> [ABOUT THIS EXERCISE]: Once the lines below holding the string "VECTOR" are counted, give that number alone.

Stored data
--- START ---

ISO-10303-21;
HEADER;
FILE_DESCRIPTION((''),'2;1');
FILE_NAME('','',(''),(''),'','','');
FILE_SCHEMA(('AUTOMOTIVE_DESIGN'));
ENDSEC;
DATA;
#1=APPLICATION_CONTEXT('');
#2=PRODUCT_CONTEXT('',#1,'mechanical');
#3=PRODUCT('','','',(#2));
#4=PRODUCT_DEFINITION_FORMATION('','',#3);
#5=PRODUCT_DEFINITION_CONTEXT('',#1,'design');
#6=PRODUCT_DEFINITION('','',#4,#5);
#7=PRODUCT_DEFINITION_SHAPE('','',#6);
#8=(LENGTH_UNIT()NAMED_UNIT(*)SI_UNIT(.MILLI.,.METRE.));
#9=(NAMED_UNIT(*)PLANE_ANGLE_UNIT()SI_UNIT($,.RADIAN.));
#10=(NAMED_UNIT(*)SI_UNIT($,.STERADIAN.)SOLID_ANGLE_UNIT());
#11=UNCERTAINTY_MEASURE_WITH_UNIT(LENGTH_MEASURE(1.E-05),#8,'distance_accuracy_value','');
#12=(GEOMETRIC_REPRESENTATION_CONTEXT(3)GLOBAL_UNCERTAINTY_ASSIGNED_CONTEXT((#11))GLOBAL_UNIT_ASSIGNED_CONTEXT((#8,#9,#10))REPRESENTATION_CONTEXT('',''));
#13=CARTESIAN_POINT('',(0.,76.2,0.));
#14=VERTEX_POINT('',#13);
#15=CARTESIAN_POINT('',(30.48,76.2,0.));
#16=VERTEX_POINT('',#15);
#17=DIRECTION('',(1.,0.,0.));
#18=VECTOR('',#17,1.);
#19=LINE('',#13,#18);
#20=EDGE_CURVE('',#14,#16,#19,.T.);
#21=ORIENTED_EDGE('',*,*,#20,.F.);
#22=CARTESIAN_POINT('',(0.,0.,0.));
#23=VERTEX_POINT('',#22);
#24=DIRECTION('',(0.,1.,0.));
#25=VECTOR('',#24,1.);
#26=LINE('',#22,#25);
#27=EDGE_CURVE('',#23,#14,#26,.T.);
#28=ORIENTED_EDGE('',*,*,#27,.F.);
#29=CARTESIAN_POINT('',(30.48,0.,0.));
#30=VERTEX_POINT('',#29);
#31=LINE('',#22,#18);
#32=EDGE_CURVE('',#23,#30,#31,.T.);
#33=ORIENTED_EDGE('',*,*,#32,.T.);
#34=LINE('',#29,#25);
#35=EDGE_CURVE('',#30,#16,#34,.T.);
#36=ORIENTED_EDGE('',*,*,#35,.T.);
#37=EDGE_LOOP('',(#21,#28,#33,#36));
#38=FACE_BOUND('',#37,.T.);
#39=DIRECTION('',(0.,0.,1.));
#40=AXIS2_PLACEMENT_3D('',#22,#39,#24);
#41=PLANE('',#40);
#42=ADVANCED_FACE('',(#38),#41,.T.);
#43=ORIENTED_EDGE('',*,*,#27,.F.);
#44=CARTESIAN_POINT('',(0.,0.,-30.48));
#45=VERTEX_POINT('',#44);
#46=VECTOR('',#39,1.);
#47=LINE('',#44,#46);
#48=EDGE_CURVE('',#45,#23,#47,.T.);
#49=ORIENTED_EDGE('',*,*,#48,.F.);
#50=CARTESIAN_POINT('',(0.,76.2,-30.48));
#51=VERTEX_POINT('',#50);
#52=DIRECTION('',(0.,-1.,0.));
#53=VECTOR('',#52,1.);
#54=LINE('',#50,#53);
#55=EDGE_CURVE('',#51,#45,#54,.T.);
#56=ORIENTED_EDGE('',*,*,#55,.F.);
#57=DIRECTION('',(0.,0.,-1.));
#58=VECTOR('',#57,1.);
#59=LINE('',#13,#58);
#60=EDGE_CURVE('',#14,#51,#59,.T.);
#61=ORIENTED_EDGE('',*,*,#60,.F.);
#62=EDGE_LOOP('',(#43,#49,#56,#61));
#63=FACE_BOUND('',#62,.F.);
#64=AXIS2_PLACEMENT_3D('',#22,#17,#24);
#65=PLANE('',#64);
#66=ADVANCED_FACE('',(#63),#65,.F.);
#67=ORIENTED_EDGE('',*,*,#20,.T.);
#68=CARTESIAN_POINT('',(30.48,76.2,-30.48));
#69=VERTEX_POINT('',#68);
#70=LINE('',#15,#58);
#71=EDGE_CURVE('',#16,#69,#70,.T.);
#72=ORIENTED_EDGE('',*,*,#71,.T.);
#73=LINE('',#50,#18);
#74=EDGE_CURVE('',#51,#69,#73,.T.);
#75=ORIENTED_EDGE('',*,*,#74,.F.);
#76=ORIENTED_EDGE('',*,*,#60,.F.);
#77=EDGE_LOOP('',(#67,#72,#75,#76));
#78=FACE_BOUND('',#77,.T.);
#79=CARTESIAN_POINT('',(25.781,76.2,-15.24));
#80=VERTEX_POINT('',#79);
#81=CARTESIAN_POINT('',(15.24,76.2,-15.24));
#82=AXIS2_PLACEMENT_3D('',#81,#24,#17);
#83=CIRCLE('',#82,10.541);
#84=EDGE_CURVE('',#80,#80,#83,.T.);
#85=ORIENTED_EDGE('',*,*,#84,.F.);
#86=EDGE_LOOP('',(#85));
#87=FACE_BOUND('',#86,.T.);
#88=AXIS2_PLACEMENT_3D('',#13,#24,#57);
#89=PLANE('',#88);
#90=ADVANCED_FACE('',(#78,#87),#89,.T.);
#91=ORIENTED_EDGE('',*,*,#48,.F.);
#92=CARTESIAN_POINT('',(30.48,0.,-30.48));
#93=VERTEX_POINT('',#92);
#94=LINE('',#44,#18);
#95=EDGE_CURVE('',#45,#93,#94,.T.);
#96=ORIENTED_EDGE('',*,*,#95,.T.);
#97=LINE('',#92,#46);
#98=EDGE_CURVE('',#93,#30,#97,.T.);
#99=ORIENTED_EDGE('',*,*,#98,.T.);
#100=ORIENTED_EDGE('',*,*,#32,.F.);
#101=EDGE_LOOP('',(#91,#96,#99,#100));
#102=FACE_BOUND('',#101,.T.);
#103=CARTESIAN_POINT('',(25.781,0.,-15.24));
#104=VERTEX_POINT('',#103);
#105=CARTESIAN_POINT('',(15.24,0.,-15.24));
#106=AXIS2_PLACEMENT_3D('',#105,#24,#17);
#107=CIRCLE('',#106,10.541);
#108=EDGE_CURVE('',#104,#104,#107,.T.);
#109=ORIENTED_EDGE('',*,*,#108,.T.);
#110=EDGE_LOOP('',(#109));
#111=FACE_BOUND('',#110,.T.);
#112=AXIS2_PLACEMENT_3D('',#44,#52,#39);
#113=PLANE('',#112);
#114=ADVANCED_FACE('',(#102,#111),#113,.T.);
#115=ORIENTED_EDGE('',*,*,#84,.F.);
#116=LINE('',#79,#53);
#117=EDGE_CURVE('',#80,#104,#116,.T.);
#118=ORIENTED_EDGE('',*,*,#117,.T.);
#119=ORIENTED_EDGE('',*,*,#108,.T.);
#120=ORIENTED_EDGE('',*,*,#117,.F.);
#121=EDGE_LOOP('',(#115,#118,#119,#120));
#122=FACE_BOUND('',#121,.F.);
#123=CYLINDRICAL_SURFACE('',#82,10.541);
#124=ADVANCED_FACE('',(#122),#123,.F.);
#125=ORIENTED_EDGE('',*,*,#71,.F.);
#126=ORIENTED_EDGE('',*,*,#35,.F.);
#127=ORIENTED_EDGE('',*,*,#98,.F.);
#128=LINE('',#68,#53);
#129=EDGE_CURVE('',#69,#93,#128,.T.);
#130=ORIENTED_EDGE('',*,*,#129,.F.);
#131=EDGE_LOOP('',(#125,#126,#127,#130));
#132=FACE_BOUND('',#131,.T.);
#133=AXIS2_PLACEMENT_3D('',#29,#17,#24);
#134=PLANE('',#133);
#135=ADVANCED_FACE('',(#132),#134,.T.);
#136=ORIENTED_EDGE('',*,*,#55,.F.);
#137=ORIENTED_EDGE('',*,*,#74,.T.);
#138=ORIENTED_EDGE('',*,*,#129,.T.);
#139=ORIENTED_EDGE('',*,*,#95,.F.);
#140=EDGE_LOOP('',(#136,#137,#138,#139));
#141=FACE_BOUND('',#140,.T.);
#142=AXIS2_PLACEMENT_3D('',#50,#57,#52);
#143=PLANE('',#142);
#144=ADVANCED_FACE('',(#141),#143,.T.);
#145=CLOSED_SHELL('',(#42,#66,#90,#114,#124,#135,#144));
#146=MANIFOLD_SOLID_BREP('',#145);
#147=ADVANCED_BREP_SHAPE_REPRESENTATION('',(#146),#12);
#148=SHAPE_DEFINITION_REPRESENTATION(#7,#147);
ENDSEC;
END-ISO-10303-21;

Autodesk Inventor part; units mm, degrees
ref_plane "YZ Plane" through (0, 0, 0) normal (1, 0, 0) x (0, 1, 0)
sketch "Sketch1" plane through (0, 0, 0) normal (1, 0, 0) x (0, 1, 0)
  line L0 (0, 0) -> (76.2, 0)
  line L1 (76.2, 0) -> (76.2, -30.48)
  line L2 (76.2, -30.48) -> (0, -30.48)
  line L3 (0, -30.48) -> (0, 0)
  dimension "d0" = 30.48
  dimension "d1" = 76.2
extrude "Extrusion1" add sketch "Sketch1" along normal blind 30.48
sketch "Sketch2" plane through (0, 76.2, 0) normal (0, 1, 0) x (1, 0, 0)
  line L0 (0, 0) -> (0, 30.48) projected
  line L1 (0, 0) -> (30.48, 0) projected
  line L2 (30.48, 30.48) -> (30.48, 0) projected
  line L3 (0, 30.48) -> (30.48, 30.48) projected
  circle A0 centre (15.24, 15.24) radius 10.541
  point P0 (0, 0)
  dimension "d4" = 21.082
  dimension "d5" = 15.24
  dimension "d6" = 15.24
extrude "Extrusion2" cut sketch "Sketch2" against normal through all contours A0
ref_plane "Work Plane1" through (15.24, 0, 0) normal (1, 0, 0) x (0, 0, -1)
ref_plane "Work Plane2" through (0, 38.1, 0) normal (0, 1, 0) x (1, 0, 0)
properties part number "thumb"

--- END ---

> [WRITTEN REPLY]: 5